Ino (いの町, Ino-chō) is a town located in Agawa District, Kōchi Prefecture, Japan. As of 30 June 2022, the town had an estimated population of 21,672 in 10403 households and a population density of 46 persons per km^{2}. The total area of the town is 470.97 sqkm. The town is famous for the production of Japanese paper (和紙, washi).

==Geography==
Ino is located in the Shikoku Mountains of north-central Kōchi Prefecture.

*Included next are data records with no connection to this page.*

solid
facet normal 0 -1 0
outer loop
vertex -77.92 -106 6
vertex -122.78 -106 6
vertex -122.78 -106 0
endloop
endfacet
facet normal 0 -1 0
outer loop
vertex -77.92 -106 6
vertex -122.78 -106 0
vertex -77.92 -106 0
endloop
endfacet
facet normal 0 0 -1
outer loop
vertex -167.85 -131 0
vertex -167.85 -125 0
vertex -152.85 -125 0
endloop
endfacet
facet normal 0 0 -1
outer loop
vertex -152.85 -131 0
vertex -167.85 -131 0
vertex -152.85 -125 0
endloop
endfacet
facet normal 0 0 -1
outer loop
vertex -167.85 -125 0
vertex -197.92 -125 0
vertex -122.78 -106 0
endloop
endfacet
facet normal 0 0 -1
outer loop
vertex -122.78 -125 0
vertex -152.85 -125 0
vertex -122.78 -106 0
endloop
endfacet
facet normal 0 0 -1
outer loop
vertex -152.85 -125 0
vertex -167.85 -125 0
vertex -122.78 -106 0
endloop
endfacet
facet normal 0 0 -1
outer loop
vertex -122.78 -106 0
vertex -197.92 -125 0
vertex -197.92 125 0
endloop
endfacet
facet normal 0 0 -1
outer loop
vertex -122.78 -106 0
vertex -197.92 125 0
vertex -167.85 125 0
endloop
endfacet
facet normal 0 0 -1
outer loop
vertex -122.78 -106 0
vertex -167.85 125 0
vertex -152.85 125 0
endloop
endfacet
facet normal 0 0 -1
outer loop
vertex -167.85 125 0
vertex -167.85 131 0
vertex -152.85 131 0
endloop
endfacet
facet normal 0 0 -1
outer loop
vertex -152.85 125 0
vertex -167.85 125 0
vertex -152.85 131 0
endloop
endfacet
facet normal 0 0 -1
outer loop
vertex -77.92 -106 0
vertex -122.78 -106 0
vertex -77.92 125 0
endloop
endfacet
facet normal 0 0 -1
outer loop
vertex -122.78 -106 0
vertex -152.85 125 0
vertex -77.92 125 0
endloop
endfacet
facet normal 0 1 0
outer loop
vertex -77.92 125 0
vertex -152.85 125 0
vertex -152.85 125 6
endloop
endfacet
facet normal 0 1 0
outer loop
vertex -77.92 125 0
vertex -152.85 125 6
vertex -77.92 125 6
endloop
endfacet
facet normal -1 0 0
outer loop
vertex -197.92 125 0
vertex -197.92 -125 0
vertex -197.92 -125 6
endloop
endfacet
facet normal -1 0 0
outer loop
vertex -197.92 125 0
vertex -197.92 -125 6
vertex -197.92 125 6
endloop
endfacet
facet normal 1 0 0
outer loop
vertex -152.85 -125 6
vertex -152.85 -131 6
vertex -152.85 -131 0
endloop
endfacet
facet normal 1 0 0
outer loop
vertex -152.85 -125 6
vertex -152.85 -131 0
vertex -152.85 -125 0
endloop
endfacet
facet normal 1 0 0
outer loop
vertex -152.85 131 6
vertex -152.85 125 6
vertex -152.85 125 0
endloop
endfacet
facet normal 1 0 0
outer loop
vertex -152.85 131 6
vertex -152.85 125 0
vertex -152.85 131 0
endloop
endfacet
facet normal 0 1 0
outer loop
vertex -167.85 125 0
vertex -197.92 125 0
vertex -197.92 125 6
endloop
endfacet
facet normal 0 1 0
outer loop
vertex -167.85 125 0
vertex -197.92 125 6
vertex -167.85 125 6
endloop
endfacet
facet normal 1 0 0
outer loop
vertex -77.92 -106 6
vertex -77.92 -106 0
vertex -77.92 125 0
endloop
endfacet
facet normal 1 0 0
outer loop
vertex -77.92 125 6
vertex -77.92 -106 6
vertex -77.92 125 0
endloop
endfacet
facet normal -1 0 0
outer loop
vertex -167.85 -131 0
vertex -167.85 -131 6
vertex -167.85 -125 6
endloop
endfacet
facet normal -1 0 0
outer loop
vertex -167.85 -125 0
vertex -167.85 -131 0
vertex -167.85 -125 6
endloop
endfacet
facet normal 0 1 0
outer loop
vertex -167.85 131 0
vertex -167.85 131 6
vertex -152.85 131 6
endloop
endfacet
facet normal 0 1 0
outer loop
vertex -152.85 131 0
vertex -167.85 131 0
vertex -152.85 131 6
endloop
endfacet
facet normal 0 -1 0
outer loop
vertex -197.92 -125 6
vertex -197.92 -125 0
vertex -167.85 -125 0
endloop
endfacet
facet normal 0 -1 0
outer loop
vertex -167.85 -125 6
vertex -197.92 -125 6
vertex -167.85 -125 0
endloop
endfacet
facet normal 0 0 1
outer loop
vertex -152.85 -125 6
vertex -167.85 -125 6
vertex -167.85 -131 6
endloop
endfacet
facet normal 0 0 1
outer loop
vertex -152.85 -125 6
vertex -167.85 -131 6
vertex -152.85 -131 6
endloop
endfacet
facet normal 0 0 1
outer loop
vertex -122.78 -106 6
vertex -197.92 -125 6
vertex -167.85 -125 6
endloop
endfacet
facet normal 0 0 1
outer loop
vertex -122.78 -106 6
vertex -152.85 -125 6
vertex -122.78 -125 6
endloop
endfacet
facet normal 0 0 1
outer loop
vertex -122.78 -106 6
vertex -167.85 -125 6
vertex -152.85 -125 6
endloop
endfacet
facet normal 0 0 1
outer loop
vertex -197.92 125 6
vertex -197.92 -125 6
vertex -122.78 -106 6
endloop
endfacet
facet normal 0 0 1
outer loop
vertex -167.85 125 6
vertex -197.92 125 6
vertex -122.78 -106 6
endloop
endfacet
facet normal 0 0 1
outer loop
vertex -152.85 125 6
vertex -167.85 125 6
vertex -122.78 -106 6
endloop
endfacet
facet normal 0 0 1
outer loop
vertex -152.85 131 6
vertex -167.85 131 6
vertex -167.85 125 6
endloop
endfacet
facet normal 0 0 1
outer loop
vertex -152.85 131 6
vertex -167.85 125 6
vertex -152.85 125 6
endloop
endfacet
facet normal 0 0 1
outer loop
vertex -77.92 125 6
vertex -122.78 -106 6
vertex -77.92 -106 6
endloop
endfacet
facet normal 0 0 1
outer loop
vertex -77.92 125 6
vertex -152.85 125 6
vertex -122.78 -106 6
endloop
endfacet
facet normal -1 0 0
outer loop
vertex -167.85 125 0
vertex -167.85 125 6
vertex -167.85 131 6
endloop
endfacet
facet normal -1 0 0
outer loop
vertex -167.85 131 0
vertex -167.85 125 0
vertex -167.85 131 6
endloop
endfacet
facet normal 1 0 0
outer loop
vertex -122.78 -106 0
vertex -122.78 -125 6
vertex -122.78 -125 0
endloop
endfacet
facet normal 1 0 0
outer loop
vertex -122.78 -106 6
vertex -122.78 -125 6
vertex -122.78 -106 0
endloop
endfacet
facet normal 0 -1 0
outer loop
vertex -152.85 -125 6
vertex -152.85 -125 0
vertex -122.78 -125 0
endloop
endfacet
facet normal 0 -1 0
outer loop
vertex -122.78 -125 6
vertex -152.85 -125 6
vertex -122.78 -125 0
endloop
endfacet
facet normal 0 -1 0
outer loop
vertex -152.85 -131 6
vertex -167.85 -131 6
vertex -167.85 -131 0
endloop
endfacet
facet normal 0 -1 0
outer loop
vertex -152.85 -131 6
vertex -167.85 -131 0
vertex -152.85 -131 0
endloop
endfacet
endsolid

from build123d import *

# Parameters (mm, degrees)
ESQUISSE1_W             = 120
ESQUISSE1_H             = 250
BOSS_EXTRU_1_DEPTH      = 6
ESQUISSE2_W             = 15
ESQUISSE2_H             = 6
BOSS_EXTRU_3_DEPTH      = 6
ESQUISSE3_W             = 44.86
ESQUISSE3_H             = 19
ENL_V_MAT_EXTRU_1_DEPTH = 6


with BuildPart() as part:
    # Esquisse1 → Boss.-Extru.1 (new body)
    with BuildSketch(Plane.XY):
        with Locations((-137.920305677, 0)):
            Rectangle(ESQUISSE1_W, ESQUISSE1_H)
    extrude(amount=BOSS_EXTRU_1_DEPTH)

    # Esquisse2 → Boss.-Extru.3 (add)
    with BuildSketch(Plane.XY.offset(6)):
        with Locations((-160.350305677, -128)):
            Rectangle(ESQUISSE2_W, ESQUISSE2_H)
        with Locations((-160.350305677, 128)):
            Rectangle(ESQUISSE2_W, ESQUISSE2_H)
    extrude(amount=-BOSS_EXTRU_3_DEPTH)

    # Esquisse3 → Enlèv. mat.-Extru.1 (cut)
    with BuildSketch(Plane.XY.offset(6)):
        with Locations((-100.350305677, -115.5)):
            Rectangle(ESQUISSE3_W, ESQUISSE3_H)
    extrude(amount=-ENL_V_MAT_EXTRU_1_DEPTH, mode=Mode.SUBTRACT)


solid = part.part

=== Neighbouring municipalities ===
Ehime Prefecture
- Kumakōgen
- Niihama
- Saijō
Kōchi Prefecture
- Hidaka
- Kōnan
- Niyodogawa
- Ochi
- Ōkawa
- Tosa
- Tosa

===Climate===
Ino has a humid subtropical climate (Köppen climate classification Cfa) with hot, humid summers and cool winters. There is significant precipitation throughout the year, especially during June and July. The average annual temperature in Ino is 12.2 C. The average annual rainfall is 3184.2 mm with September as the wettest month. The temperatures are highest on average in August, at around 23.1 C, and lowest in January, at around 1.6 C. The highest temperature ever recorded in Ino was 37.0 C on 30 July 2026; the coldest temperature ever recorded was -10.8 C on 15 January 1985.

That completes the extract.